At the sound of their voices the doorposts and thresholds shook, and the temple was filled with smoke.

“Woe to me!” I cried. “I am ruined! For I am a man of unclean lips, and I live among a people of unclean lips, and my eyes have seen the King, the Lord Almighty.”

Then one of the seraphim flew to me with a live coal in his hand, which he had taken with tongs from the altar. With it he touched my mouth and said, “See, this has touched your lips; your guilt is taken away and your sin atoned for.”

Then I heard the voice of the Lord saying, “Whom shall I send? And who will go for us?”

And I said, “Here am I. Send me!”

He said, “Go and tell this people:

“‘Be ever hearing, but never understanding;
    be ever seeing, but never perceiving.’
10 Make the heart of this people calloused; make their ears dull and close their eyes.
Otherwise, they might see with their eyes, hear with their ears,
    understand with their hearts, and turn and be healed.”

11 Then I said, “For how long, Lord?”

And he answered:

“Until the cities lie ruined and without inhabitant,
until the houses are left deserted
    and the fields ruined and ravaged,
12 until the Lord has sent everyone far away
    and the land is utterly forsaken.
13 And though a tenth remains in the land,
    it will again be laid waste.
But as the terebinth and oak
    leave stumps when they are cut down,
    so the holy seed will be the stump* in the land.”

Isaiah has a vision of God in all his glory, sitting on the throne of heaven and Isaiah cries out that he is ruined or, we perhaps understand his intentions better by translating that as “I am a dead man walking.”    It was a common belief that any imperfect and sinful mortal who saw a perfect and holy God face to face would immediately die.  But an angel, a seraph, takes a hot coal from the altar, touches it to Isaiah’s lips and says that his guilt has been taken away and atonement has been made for his sin.  And so, when God asks who he might send into the world as his ambassador, Isaiah raises his hand and volunteers. 

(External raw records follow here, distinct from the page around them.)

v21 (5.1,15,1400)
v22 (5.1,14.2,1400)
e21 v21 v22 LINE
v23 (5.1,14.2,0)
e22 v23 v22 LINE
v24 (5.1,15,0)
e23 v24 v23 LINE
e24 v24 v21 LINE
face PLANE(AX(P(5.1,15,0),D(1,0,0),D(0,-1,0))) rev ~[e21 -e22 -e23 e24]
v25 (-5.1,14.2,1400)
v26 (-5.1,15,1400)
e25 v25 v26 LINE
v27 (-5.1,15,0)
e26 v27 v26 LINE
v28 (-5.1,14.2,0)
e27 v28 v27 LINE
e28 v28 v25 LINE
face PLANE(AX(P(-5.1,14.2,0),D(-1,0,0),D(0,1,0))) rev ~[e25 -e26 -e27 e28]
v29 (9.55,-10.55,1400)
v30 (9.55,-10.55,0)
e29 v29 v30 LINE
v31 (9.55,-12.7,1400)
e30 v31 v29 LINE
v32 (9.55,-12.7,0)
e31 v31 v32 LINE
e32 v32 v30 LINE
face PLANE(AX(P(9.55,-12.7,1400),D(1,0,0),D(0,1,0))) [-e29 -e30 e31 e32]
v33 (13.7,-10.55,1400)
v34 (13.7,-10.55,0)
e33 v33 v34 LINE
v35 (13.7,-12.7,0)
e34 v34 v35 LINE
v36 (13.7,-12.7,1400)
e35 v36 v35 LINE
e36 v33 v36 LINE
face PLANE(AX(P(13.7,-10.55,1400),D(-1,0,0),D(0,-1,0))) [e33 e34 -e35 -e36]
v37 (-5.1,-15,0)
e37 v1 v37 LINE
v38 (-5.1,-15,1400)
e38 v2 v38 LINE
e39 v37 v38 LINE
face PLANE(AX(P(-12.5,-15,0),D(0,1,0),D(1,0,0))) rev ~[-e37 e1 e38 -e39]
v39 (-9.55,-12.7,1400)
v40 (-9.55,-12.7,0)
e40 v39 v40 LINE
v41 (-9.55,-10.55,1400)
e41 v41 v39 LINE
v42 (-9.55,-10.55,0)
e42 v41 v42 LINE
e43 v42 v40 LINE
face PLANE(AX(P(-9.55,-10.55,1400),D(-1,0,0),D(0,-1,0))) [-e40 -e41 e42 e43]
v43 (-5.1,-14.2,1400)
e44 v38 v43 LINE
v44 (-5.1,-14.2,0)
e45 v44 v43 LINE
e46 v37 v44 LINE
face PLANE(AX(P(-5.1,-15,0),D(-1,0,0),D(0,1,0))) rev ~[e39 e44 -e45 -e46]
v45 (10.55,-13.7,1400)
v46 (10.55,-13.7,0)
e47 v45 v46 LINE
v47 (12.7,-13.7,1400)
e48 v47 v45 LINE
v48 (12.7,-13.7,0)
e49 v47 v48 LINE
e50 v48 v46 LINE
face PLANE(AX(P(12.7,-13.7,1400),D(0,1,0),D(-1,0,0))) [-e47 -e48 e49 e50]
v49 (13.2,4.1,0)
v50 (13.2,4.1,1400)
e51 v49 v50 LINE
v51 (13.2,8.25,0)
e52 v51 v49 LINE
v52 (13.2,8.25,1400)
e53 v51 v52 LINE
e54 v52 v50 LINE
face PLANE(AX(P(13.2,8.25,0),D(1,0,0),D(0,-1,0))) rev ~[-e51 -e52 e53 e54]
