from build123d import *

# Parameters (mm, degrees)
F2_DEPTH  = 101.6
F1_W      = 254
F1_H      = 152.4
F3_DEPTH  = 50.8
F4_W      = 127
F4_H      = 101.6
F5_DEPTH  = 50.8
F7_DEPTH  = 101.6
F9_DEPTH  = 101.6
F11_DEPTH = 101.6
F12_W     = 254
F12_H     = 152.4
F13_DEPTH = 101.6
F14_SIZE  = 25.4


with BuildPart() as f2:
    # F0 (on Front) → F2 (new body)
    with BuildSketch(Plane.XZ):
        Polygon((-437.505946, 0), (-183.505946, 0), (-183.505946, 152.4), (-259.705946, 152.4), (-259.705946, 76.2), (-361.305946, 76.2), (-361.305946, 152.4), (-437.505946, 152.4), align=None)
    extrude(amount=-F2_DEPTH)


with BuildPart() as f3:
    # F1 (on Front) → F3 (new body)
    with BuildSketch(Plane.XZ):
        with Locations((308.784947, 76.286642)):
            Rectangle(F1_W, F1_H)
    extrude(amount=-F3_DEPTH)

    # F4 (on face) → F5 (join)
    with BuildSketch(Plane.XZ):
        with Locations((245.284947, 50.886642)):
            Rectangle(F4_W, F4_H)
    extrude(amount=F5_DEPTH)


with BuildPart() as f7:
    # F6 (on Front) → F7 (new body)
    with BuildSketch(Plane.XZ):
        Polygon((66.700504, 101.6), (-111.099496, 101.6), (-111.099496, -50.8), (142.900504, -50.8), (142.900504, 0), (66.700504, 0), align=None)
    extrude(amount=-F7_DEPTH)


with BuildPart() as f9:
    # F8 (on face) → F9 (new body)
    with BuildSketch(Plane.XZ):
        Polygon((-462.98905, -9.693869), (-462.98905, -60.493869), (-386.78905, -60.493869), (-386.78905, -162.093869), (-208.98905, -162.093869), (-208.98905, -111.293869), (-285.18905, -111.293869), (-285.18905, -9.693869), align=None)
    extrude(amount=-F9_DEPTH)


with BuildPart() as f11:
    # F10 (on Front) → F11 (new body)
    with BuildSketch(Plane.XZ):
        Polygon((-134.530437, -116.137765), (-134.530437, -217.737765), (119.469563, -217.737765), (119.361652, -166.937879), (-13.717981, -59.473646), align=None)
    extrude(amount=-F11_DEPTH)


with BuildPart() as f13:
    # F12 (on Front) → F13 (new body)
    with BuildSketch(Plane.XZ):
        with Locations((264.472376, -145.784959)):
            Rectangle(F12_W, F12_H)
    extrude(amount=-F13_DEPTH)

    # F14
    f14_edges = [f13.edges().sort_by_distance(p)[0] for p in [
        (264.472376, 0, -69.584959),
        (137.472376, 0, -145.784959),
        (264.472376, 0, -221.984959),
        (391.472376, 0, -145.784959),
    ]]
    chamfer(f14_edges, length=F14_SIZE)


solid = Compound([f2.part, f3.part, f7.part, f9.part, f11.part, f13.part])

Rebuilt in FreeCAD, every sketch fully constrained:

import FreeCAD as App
import Part
import Sketcher

V = App.Vector
Q = App.Units.Quantity


def edges_at(feature, points):
    """Names of the edges that pass closest to the given points."""
    edges = feature.Shape.Edges
    near = lambda p: min(range(len(edges)), key=lambda i: edges[i].distToShape(Part.Vertex(*p))[0])
    return sorted({f"Edge{near(p) + 1}" for p in points})

doc = App.newDocument("Part")
params = doc.addObject("Spreadsheet::Sheet", "Params")
for row, (alias, value) in enumerate([
    ("sketch1_width", "10 in"),
    ("sketch1_width2", "3 in"),
    ("sketch1_height", "6 in"),
    ("pad1_length", "4 in"),
    ("sketch2_width", "10 in"),
    ("sketch2_height", "6 in"),
    ("pad2_length", "2 in"),
    ("sketch3_width", "5 in"),
    ("sketch3_height", "4 in"),
    ("pad3_length", "2 in"),
    ("sketch4_width", "7 in"),
    ("sketch4_width2", "10 in"),
    ("sketch4_height", "6 in"),
    ("sketch4_height2", "2 in"),
    ("pad4_length", "4 in"),
    ("sketch5_width", "3 in"),
    ("sketch5_width2", "7 in"),
    ("sketch5_height", "2 in"),
    ("sketch5_height2", "4 in"),
    ("pad5_length", "4 in"),
    ("sketch6_width", "10 in"),
    ("sketch6_height", "4 in"),
    ("sketch6_length", "2 in"),
    ("pad6_length", "4 in"),
    ("sketch7_width", "10 in"),
    ("sketch7_height", "6 in"),
    ("pad7_length", "4 in"),
    ("chamfer_size", "1 in"),
], start=1):
    params.set(f"A{row}", alias)
    params.set(f"B{row}", "=" + value)
    params.setAlias(f"B{row}", alias)

body = doc.addObject("PartDesign::Body", "Body")

# Sketch on XZ plane
sketch1 = doc.addObject("Sketcher::SketchObject", "Sketch")
body.addObject(sketch1)
sketch1.AttachmentSupport = (doc.XZ_Plane, [""])
sketch1.MapMode = "FlatFace"
sketch1.addGeometry(Part.LineSegment(V(-437.505946, 0, 0), V(-183.505946, 0, 0)), False)
sketch1.addGeometry(Part.LineSegment(V(-183.505946, 0, 0), V(-183.505946, 152.4, 0)), False)
sketch1.addGeometry(Part.LineSegment(V(-183.505946, 152.4, 0), V(-259.705946, 152.4, 0)), False)
sketch1.addGeometry(Part.LineSegment(V(-259.705946, 152.4, 0), V(-259.705946, 76.2, 0)), False)
sketch1.addGeometry(Part.LineSegment(V(-259.705946, 76.2, 0), V(-361.305946, 76.2, 0)), False)
sketch1.addGeometry(Part.LineSegment(V(-361.305946, 76.2, 0), V(-361.305946, 152.4, 0)), False)
sketch1.addGeometry(Part.LineSegment(V(-361.305946, 152.4, 0), V(-437.505946, 152.4, 0)), False)
sketch1.addGeometry(Part.LineSegment(V(-437.505946, 152.4, 0), V(-437.505946, 0, 0)), False)
sketch1.addConstraint(Sketcher.Constraint("Coincident", 0, 2, 1, 1))
sketch1.addConstraint(Sketcher.Constraint("Coincident", 1, 2, 2, 1))
sketch1.addConstraint(Sketcher.Constraint("Coincident", 2, 2, 3, 1))
sketch1.addConstraint(Sketcher.Constraint("Coincident", 3, 2, 4, 1))
sketch1.addConstraint(Sketcher.Constraint("Coincident", 4, 2, 5, 1))
sketch1.addConstraint(Sketcher.Constraint("Coincident", 5, 2, 6, 1))
sketch1.addConstraint(Sketcher.Constraint("Coincident", 6, 2, 7, 1))
sketch1.addConstraint(Sketcher.Constraint("Coincident", 7, 2, 0, 1))
sketch1.addConstraint(Sketcher.Constraint("Horizontal", 0))
sketch1.addConstraint(Sketcher.Constraint("Vertical", 1))
sketch1.addConstraint(Sketcher.Constraint("Horizontal", 2))
sketch1.addConstraint(Sketcher.Constraint("Vertical", 3))
sketch1.addConstraint(Sketcher.Constraint("Horizontal", 4))
sketch1.addConstraint(Sketcher.Constraint("Vertical", 5))
sketch1.addConstraint(Sketcher.Constraint("Horizontal", 6))
sketch1.addConstraint(Sketcher.Constraint("Vertical", 7))
sketch1.addConstraint(Sketcher.Constraint("PointOnObject", 0, 2, -1))
sketch1.addConstraint(Sketcher.Constraint("Horizontal", 2, 2, 5, 2))
sketch1.addConstraint(Sketcher.Constraint("Equal", 2, 6))
sketch1.addConstraint(Sketcher.Constraint("Equal", 6, 3))
sketch1.addConstraint(Sketcher.Constraint("DistanceX", 0, 1, 0, 2, Q("10 in")))
sketch1.addConstraint(Sketcher.Constraint("DistanceX", 2, 2, 2, 1, Q("3 in")))
sketch1.addConstraint(Sketcher.Constraint("DistanceY", 1, 1, 1, 2, Q("6 in")))
sketch1.addConstraint(Sketcher.Constraint("DistanceX", 0, 2, -1, 1, Q("183.505946 mm")))
sketch1.setExpression("Constraints[20]", "Params.sketch1_width")
sketch1.setExpression("Constraints[21]", "Params.sketch1_width2")
sketch1.setExpression("Constraints[22]", "Params.sketch1_height")
pad1 = doc.addObject("PartDesign::Pad", "Pad")
body.addObject(pad1)
pad1.Profile = sketch1
pad1.setExpression("Length", "Params.pad1_length")
pad1.Reversed = True
body2 = doc.addObject("PartDesign::Body", "Body001")

# Sketch on XZ plane
sketch2 = doc.addObject("Sketcher::SketchObject", "Sketch001")
body2.addObject(sketch2)
sketch2.AttachmentSupport = (doc.getObject("XZ_Plane001"), [""])
sketch2.MapMode = "FlatFace"
sketch2.addGeometry(Part.LineSegment(V(181.784947, 152.486642, 0), V(181.784947, 0.086642, 0)), False)
sketch2.addGeometry(Part.LineSegment(V(181.784947, 0.086642, 0), V(435.784947, 0.086642, 0)), False)
sketch2.addGeometry(Part.LineSegment(V(435.784947, 0.086642, 0), V(435.784947, 152.486642, 0)), False)
sketch2.addGeometry(Part.LineSegment(V(435.784947, 152.486642, 0), V(181.784947, 152.486642, 0)), False)
sketch2.addConstraint(Sketcher.Constraint("Coincident", 0, 2, 1, 1))
sketch2.addConstraint(Sketcher.Constraint("Coincident", 1, 2, 2, 1))
sketch2.addConstraint(Sketcher.Constraint("Coincident", 2, 2, 3, 1))
sketch2.addConstraint(Sketcher.Constraint("Coincident", 3, 2, 0, 1))
sketch2.addConstraint(Sketcher.Constraint("Vertical", 0))
sketch2.addConstraint(Sketcher.Constraint("Horizontal", 1))
sketch2.addConstraint(Sketcher.Constraint("Vertical", 2))
sketch2.addConstraint(Sketcher.Constraint("Horizontal", 3))
sketch2.addConstraint(Sketcher.Constraint("DistanceX", 1, 1, 1, 2, Q("10 in")))
sketch2.addConstraint(Sketcher.Constraint("DistanceY", 0, 2, 0, 1, Q("6 in")))
sketch2.addConstraint(Sketcher.Constraint("DistanceY", -1, 1, 2, 2, Q("152.486642 mm")))
sketch2.addConstraint(Sketcher.Constraint("DistanceX", -1, 1, 0, 2, Q("181.784947 mm")))
sketch2.setExpression("Constraints[8]", "Params.sketch2_width")
sketch2.setExpression("Constraints[9]", "Params.sketch2_height")
pad2 = doc.addObject("PartDesign::Pad", "Pad001")
body2.addObject(pad2)
pad2.Profile = sketch2
pad2.setExpression("Length", "Params.pad2_length")
pad2.Reversed = True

But the message that God has for the people of Israel is terrifying.  God’s message is that the people just aren’t getting it.  They don’t see, they don’t understand, they’re sick, and they don’t want to get better, and God’s judgement is that for their disobedience, he will allow them to suffer the consequences of their unbelief.  And, when Isaiah asks how long this punishment will endure, God replies that Israel will be left to their own devices until their houses, fields, people, and everything else are utterly ruined and the trees are left as stumps. 


The word “stumps” is worth noting because a few chapters later, Isaiah refers to the messiah as a shoot that comes up from the “stump of Jesse.” (Isaiah 11:1) God’s punishment is to turn Israel over to the natural consequences of their disobedient actions and refuse to rescue them.  But, in the same passage, God hints at the hope of future rescue.

And then, after we have heard about what happens to a disobedient people, and what happens to them when they refuse to hear the words of God, in Luke 5:1-11, we are given a vision of what happens when God’s people do listen and are obedient to his words as Jesus begins his ministry and encounters fishermen by the shores of the Sea of Galilee.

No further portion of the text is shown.